== RECORDS TO USE

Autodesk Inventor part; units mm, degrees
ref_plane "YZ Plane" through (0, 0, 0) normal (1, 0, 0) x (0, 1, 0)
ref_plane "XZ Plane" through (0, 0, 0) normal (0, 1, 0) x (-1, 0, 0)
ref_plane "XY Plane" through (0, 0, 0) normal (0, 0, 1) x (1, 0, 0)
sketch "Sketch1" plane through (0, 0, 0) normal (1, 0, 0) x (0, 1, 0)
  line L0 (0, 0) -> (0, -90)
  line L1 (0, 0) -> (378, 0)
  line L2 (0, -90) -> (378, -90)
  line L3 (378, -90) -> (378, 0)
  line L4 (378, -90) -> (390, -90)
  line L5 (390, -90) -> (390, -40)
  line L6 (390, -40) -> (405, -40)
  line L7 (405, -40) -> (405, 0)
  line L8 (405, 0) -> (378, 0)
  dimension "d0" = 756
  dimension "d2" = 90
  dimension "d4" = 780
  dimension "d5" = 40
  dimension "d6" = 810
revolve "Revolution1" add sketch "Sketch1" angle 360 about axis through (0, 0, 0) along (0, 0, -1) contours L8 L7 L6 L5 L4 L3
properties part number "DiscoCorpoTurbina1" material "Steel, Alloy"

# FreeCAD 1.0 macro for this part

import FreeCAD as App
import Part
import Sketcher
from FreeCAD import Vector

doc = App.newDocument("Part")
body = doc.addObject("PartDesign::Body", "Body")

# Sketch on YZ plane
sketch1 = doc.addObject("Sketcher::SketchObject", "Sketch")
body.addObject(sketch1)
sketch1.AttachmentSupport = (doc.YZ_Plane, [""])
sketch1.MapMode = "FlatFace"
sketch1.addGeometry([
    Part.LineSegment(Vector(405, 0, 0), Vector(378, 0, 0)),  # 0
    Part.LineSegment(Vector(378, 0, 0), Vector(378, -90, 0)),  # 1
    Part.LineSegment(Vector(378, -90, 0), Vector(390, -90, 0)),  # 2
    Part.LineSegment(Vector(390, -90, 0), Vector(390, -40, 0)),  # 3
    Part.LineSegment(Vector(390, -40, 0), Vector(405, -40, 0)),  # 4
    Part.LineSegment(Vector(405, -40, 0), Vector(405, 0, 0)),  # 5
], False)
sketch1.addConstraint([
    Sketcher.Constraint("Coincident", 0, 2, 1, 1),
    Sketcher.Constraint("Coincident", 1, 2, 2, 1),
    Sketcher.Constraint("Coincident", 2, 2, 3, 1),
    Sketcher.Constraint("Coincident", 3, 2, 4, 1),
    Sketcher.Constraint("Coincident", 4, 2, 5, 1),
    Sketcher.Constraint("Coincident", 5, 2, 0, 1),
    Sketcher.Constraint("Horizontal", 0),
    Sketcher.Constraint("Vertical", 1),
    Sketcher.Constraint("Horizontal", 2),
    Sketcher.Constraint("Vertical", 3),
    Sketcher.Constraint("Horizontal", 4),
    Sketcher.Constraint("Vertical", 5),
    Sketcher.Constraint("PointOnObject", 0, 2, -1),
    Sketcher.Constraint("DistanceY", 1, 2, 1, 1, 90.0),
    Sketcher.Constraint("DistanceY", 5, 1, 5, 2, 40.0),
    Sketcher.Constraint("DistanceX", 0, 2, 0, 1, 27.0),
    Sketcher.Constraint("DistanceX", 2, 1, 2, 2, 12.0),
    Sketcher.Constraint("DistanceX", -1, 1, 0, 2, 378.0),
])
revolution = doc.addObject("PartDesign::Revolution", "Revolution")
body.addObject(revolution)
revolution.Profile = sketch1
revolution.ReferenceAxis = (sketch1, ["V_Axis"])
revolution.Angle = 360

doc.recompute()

====
== RECORDS TO USE

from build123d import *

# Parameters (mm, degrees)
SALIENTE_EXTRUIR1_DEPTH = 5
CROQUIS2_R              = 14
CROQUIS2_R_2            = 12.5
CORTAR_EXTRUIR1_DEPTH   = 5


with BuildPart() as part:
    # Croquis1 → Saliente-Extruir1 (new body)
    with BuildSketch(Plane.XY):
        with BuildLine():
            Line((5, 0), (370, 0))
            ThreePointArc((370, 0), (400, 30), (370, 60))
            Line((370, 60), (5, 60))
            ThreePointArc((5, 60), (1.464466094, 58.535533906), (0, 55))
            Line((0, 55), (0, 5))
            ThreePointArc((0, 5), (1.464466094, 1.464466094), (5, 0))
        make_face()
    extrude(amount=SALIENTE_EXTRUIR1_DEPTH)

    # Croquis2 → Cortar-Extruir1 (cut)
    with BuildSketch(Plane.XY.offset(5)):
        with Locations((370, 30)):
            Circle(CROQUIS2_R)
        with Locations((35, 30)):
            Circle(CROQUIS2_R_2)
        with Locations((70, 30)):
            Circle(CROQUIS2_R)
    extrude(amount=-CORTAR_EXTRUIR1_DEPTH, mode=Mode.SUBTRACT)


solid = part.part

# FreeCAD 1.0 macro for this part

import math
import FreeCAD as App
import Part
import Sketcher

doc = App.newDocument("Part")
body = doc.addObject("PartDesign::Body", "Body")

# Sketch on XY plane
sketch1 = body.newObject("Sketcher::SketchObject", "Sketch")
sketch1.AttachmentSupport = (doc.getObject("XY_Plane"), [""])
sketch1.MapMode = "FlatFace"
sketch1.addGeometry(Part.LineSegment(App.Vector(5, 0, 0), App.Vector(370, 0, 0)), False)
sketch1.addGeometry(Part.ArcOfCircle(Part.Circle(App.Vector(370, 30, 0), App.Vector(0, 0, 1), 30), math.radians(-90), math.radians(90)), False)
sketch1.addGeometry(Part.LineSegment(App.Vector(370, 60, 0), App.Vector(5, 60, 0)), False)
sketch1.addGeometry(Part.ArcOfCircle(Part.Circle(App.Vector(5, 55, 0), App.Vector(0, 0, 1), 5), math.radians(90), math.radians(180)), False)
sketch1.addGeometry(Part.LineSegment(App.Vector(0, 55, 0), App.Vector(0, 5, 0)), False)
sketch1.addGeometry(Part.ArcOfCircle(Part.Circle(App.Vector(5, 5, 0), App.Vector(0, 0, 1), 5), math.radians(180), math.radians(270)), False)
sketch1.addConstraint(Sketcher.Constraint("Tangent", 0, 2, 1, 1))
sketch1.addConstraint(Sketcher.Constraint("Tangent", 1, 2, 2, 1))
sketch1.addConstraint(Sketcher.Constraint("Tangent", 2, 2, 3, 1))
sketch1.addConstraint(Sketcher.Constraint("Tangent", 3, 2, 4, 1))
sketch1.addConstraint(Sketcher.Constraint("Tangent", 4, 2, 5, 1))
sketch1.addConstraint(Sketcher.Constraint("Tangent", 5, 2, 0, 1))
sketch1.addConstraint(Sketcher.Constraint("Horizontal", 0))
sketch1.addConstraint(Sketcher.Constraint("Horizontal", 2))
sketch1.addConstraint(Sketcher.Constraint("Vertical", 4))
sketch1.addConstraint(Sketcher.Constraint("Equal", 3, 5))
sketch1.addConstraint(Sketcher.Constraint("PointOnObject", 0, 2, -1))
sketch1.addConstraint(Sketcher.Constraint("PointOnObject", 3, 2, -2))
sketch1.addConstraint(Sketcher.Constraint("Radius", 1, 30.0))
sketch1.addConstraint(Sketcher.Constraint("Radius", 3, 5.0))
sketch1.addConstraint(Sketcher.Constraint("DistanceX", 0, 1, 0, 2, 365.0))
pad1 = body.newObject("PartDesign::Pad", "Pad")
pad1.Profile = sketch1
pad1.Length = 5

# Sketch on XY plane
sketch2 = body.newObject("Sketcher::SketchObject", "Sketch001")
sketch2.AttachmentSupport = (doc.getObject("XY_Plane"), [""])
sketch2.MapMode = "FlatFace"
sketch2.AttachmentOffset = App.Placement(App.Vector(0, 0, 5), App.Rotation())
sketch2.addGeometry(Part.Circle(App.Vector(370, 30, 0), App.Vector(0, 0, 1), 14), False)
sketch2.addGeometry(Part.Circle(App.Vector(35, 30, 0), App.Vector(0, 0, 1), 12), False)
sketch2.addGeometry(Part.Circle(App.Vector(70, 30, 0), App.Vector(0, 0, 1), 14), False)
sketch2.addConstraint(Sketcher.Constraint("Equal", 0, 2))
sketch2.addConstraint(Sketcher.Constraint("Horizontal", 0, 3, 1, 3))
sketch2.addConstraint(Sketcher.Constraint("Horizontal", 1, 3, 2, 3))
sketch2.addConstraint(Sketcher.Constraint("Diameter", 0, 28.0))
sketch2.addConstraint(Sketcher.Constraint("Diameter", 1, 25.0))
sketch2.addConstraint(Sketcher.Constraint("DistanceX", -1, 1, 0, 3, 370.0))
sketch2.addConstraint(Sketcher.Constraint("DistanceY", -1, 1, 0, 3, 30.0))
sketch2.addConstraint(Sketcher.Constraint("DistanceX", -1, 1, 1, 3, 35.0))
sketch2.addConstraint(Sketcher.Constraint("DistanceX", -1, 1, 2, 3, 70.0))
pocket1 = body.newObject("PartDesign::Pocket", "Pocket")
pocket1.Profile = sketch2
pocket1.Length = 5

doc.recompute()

====

* _TASK DIRECTIONS_
In the entries above, find each line with "extrude" and list it.

* _RESPONSE TO THE EXERCISE_
    extrude(amount=SALIENTE_EXTRUIR1_DEPTH)
    extrude(amount=-CORTAR_EXTRUIR1_DEPTH, mode=Mode.SUBTRACT)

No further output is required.